Они стояли по разные стороны баррикад: отец внутри распахнутой калитки, сын — снаружи.
— Прощай, — сухо произнес Эол Федорович.
— Будь ты проклят! — прорычал Платон Платонович. Развернулся и пошел прочь, плечи его вздрагивали.
Агент Бородинский смотрел ему вслед, но вместо того, чтобы достать табельное оружие, искренне жалел дурака. А тот вдруг снова развернулся и побежал на отца. Незримова невольно шатнуло назад, но пан Новак вдруг обнял его, прильнул и, рыдая, завопил:
— Отец! Прости меня за все! Прости, отец! — Минуту он рыдал, прижимаясь к тому, от кого давно уже отрекся, затем собрался с силами, оторвался и промолвил: — Да будет индульто! — И снова зашагал прочь, теперь уже решительным шагом, не оглядываясь.
А вскоре вышла очередная статья-триллер Люблянской о роли агента Бородинского в подавлении Пражской весны. Безнаказанная Оскаровна, обнаглев, не стеснялась в своих фантазиях, и теперь уже многие стали с недоверием относиться к ее вракам.

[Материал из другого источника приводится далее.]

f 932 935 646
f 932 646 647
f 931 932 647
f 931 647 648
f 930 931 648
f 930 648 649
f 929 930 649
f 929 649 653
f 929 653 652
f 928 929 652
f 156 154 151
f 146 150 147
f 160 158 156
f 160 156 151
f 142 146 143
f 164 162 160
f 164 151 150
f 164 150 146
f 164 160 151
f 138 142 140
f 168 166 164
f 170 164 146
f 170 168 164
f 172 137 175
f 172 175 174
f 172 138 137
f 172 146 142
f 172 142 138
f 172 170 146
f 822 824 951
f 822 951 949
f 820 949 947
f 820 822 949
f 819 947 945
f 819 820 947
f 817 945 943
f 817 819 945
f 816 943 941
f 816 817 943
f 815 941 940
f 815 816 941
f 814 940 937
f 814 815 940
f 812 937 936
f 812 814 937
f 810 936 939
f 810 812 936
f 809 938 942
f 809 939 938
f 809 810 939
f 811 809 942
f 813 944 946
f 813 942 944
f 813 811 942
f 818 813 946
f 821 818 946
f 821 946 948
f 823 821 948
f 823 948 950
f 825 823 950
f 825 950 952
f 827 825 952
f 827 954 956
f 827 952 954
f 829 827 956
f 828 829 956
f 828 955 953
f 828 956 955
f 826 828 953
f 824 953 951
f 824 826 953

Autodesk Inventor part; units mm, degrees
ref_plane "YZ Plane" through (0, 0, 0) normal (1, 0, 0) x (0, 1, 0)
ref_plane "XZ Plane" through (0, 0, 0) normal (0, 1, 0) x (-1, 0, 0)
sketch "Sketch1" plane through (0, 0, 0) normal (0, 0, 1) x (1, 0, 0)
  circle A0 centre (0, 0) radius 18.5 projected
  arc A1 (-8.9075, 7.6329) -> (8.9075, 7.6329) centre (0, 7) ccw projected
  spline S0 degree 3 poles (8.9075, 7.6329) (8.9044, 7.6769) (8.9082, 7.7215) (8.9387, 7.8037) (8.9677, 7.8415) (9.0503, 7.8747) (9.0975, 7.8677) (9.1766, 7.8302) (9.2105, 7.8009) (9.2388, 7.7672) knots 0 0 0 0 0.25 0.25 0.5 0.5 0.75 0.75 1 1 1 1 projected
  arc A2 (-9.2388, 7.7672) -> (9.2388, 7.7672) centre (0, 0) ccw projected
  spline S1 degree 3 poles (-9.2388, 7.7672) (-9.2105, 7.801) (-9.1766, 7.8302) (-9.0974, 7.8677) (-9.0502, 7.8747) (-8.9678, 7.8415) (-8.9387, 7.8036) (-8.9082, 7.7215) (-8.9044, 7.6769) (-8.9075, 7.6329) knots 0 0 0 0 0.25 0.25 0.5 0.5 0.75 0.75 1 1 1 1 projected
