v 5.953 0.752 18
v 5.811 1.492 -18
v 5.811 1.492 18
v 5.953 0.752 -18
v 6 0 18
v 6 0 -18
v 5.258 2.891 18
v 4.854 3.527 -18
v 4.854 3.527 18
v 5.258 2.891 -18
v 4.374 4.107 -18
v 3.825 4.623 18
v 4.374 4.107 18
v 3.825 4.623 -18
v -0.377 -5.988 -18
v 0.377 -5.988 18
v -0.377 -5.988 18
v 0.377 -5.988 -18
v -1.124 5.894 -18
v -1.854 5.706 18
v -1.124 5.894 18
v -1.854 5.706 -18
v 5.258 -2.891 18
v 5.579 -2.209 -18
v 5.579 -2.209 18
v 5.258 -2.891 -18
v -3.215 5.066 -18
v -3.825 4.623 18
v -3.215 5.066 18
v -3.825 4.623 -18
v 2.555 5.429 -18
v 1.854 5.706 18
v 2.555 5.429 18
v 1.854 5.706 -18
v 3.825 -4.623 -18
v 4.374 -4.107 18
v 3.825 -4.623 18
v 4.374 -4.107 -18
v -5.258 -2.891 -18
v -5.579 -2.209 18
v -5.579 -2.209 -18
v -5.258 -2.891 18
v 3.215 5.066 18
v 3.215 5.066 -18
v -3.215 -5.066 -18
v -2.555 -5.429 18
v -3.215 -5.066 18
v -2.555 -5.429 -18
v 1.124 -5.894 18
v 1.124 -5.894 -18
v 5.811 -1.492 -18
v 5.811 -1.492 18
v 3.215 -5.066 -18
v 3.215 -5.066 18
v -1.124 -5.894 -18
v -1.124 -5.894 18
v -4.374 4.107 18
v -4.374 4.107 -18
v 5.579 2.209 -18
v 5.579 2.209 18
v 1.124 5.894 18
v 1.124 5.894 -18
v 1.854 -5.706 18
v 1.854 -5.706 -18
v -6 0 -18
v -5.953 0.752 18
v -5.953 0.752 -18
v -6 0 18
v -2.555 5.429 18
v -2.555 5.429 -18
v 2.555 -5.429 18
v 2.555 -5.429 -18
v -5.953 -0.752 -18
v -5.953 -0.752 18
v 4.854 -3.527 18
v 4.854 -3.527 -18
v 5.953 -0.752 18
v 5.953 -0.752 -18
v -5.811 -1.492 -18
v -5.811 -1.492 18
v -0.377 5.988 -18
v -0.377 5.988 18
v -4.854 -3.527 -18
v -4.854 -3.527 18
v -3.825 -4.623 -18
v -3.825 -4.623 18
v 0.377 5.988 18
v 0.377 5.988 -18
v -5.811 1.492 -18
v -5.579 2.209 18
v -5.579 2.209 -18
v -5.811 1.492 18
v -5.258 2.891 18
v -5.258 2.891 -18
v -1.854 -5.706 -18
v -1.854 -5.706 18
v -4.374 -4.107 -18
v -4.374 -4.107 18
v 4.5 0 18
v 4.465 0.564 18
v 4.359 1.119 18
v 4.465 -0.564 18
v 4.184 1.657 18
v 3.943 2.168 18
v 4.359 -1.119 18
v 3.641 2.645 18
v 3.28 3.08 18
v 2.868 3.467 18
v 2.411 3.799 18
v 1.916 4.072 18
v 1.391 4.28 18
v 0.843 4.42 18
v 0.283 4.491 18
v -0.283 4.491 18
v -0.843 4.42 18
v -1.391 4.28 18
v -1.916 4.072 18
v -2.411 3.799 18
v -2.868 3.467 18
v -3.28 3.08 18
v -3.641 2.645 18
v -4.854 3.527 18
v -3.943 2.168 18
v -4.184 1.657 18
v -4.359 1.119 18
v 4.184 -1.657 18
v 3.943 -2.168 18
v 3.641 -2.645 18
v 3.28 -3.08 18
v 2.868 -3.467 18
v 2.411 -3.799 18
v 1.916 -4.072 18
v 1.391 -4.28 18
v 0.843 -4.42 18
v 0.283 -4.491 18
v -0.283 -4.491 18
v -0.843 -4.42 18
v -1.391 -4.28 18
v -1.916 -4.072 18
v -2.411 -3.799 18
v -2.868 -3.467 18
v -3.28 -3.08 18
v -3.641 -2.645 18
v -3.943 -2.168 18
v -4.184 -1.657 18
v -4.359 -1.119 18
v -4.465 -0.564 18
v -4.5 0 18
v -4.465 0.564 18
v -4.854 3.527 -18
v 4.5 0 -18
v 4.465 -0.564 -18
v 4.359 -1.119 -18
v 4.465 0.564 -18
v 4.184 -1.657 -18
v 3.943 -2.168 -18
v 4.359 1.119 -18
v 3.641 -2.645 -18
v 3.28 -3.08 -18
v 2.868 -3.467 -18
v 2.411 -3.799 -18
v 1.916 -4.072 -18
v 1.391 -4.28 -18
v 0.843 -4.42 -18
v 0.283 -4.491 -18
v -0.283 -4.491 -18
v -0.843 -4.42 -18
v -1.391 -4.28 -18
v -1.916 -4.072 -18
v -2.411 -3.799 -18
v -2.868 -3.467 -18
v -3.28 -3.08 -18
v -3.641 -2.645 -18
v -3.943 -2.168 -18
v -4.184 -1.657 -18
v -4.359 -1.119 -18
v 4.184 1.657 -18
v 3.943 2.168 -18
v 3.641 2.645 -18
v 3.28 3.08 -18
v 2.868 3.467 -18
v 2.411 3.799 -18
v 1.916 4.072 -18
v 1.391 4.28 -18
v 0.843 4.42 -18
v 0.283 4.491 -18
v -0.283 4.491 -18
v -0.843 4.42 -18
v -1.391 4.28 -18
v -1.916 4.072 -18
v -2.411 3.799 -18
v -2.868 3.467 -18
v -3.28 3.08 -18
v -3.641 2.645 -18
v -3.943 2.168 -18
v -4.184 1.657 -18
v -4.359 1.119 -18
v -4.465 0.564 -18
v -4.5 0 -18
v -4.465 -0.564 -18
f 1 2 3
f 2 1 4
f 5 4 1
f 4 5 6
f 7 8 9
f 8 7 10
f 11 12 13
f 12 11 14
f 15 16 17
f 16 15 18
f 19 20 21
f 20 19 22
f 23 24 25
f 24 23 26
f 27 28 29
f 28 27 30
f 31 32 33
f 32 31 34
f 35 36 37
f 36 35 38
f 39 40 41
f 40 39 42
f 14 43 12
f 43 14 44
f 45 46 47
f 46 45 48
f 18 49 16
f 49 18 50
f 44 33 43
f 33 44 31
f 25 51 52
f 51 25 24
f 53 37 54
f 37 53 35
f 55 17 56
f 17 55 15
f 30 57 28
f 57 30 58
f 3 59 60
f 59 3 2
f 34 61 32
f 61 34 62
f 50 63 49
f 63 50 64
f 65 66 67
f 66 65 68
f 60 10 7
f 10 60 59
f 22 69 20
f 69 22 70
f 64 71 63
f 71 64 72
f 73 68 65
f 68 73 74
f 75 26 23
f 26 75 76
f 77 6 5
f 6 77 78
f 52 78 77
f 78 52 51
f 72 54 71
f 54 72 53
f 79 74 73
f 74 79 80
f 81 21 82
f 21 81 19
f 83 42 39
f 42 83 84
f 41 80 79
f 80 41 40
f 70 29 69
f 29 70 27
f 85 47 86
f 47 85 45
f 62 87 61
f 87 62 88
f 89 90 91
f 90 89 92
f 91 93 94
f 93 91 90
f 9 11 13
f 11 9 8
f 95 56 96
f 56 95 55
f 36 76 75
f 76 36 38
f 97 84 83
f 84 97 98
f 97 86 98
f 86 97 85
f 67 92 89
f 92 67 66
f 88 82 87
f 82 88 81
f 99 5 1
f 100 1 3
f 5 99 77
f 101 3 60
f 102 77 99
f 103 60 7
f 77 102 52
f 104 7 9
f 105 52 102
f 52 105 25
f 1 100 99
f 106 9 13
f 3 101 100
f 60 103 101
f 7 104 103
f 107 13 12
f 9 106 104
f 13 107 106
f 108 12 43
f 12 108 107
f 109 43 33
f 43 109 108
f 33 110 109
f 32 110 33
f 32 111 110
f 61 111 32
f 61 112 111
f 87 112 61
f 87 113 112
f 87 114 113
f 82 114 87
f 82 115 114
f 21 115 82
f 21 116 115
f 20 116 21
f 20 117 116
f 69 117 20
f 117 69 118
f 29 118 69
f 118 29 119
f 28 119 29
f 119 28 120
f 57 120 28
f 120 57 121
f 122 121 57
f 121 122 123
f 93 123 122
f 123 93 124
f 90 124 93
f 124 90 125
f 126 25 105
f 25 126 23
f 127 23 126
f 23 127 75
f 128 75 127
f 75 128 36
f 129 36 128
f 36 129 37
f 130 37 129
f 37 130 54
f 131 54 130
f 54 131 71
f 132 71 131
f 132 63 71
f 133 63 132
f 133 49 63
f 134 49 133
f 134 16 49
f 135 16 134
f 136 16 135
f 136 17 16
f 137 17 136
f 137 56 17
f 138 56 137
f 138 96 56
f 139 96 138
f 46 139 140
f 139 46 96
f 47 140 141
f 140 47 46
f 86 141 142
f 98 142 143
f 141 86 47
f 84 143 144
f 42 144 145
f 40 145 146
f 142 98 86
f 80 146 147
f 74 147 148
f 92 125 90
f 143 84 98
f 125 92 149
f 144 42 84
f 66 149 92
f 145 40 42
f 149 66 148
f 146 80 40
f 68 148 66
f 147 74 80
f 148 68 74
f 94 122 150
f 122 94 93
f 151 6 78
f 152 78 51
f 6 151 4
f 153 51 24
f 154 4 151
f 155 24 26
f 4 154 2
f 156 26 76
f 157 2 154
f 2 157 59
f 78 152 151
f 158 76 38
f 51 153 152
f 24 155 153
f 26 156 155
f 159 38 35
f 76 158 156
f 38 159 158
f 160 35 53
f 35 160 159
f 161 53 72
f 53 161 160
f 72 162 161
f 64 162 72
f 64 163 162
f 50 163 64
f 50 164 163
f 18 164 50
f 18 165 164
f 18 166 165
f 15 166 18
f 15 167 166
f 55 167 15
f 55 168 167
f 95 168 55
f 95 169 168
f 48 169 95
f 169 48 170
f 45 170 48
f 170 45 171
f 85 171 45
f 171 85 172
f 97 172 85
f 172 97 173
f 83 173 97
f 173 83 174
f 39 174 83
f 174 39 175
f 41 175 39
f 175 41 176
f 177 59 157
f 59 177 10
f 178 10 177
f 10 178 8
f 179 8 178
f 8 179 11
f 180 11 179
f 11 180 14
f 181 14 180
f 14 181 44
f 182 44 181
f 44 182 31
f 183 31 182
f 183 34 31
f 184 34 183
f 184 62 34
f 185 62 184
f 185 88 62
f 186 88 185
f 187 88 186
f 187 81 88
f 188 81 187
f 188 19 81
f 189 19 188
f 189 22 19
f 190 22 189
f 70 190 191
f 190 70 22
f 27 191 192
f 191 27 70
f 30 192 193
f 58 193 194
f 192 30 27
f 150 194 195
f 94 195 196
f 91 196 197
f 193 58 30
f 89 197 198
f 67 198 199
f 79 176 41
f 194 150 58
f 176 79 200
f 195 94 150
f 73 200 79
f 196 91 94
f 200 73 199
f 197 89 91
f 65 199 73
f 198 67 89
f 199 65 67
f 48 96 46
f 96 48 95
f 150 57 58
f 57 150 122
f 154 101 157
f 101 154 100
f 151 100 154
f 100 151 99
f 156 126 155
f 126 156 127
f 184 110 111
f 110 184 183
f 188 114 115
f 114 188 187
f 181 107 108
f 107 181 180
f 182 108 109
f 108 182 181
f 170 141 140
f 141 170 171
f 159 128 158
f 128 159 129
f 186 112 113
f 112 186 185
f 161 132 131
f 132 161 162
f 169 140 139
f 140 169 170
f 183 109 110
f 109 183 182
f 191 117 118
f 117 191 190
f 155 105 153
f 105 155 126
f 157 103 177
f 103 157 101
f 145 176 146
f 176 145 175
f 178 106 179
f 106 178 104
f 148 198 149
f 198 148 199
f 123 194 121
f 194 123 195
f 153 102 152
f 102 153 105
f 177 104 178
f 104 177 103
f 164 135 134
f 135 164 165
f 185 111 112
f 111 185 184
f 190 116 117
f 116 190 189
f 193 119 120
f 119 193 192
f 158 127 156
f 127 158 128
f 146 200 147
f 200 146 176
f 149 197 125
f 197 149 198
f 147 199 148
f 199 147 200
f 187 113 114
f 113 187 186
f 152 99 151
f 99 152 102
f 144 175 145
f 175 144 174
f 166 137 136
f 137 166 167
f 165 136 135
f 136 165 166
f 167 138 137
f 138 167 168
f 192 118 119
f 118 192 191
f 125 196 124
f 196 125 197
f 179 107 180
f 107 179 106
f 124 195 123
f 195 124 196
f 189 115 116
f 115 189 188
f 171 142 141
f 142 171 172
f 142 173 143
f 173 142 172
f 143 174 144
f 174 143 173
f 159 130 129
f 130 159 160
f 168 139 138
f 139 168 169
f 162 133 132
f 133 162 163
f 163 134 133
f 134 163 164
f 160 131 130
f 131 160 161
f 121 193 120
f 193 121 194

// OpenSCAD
$fn = 50;


difference() {
	union() {
		translate(v = [0, 0, -18.0000000000]) {
			cylinder(h = 36, r = 6.0000000000);
		}
	}
	union() {
		translate(v = [0, 0, -100.0000000000]) {
			cylinder(h = 200, r = 4.5000000000);
		}
	}
}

Где-то тогда же и родился замысел «Волшебницы». В Бога, Который пришел бы и покарал лукавых, как сказано у Державина, Незримов по-прежнему не верил: уж не больно-то обитатель небес спешит карать всякую мразь, дает ей процветать, а может, и вообще любит. Прилетишь после смерти в рай, а там вся эта нечисть, что на земле процветала, тоже хорошие места себе захапала. А вы что, не процветали? В поте лица трудились? Вот вам и тут, пожалуйста, поле непаханое, трудитесь, нищеброды, вам оно привычнее.
Но раз нет карающего Бога, надо придумать кого-то, кто еще до загробной жизни проучит лукавых негодяев. Откуда-то оттуда, из волшебной страны, прилетела волшебница, и тут началось такое!..

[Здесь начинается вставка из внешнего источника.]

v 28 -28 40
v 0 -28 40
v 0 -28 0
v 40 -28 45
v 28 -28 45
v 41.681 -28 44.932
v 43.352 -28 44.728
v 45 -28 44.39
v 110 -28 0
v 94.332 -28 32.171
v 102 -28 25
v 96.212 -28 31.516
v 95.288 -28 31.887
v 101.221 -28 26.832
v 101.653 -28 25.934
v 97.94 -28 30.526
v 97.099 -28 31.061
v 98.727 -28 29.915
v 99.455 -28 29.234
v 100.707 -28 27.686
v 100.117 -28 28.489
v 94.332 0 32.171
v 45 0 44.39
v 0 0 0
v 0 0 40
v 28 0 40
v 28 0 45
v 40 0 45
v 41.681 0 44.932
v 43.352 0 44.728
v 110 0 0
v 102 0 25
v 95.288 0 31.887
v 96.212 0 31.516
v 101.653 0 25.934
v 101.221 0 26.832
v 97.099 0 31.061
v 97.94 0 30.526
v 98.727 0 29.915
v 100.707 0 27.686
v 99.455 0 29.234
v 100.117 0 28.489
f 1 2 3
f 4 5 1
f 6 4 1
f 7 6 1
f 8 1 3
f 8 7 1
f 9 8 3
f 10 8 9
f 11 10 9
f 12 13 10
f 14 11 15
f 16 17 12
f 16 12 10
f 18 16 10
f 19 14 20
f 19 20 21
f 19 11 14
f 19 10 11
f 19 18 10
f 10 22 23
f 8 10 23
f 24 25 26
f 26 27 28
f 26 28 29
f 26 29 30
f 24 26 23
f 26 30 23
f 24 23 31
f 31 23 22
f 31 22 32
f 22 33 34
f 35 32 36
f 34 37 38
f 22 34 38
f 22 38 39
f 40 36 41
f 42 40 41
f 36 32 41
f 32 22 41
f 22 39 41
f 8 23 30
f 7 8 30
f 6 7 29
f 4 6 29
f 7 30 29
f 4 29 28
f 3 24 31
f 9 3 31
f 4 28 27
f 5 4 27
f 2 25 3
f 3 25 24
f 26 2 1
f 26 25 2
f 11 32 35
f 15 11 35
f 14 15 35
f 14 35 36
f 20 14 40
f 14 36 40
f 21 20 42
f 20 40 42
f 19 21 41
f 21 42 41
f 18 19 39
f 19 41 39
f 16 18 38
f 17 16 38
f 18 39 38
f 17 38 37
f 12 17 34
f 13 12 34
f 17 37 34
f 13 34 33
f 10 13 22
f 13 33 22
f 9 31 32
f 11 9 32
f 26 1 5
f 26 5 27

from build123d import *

# Parameters (mm, degrees)
BOX_W     = 30
BOX_H     = 37
BOX_DEPTH = 13
PAD_DEPTH = 28


with BuildPart() as cube:
    # Box → Box (new body)
    with BuildSketch(Plane(origin=(-2, -32, 40), x_dir=(1, 0, 0), z_dir=(0, 0, 1))):
        with Locations((15, 18.5)):
            Rectangle(BOX_W, BOX_H)
    extrude(amount=BOX_DEPTH)


with BuildPart() as cut:
    # Sketch → Pad (new body)
    with BuildSketch(Plane.XZ):
        with BuildLine():
            Line((0, 0), (110, 0))
            Line((110, 0), (102, 25))
            ThreePointArc((102, 25), (99.099229, 29.583137), (94.332421, 32.171022))
            Line((94.332421, 32.171022), (45, 44.39))
            ThreePointArc((45, 44.39), (42.518536, 44.846937), (40, 45))
            Line((40, 45), (0, 45))
            Line((0, 45), (0, 0))
        make_face()
    extrude(amount=PAD_DEPTH)

    # Cut: cut Cube
    add(cube.part, mode=Mode.SUBTRACT)


solid = cut.part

— Волшебницу конечно же будет играть Самохина, а озвучивать я?
— А что, неплохой выбор. Не хочу, чтобы она была святая и пресная. Пусть лучше с лукавинкой, озорная, с огоньком.
— Ну ладно, пусть Анька. Но если что узнаю, сама стану волшебницей и превращу в двух лягушек, и пусть вас раздавит машина.
Лягушек и впрямь много давило колесами машин каждое лето на дорогах во Внукове, что сильно портило постоянные прогулки по окрестностям: идешь, радуешься теплу, чистейшему воздуху, запахам цветов и деревьев, а тут — бэ! Ну почему эти дуры по дорогам скачут? До чего же безмозглые создания, не зря их Базаров постоянно препарировал. Только и умеют, что квакать да ножкой дрыгать. Как их французы едят — уму непостижимо.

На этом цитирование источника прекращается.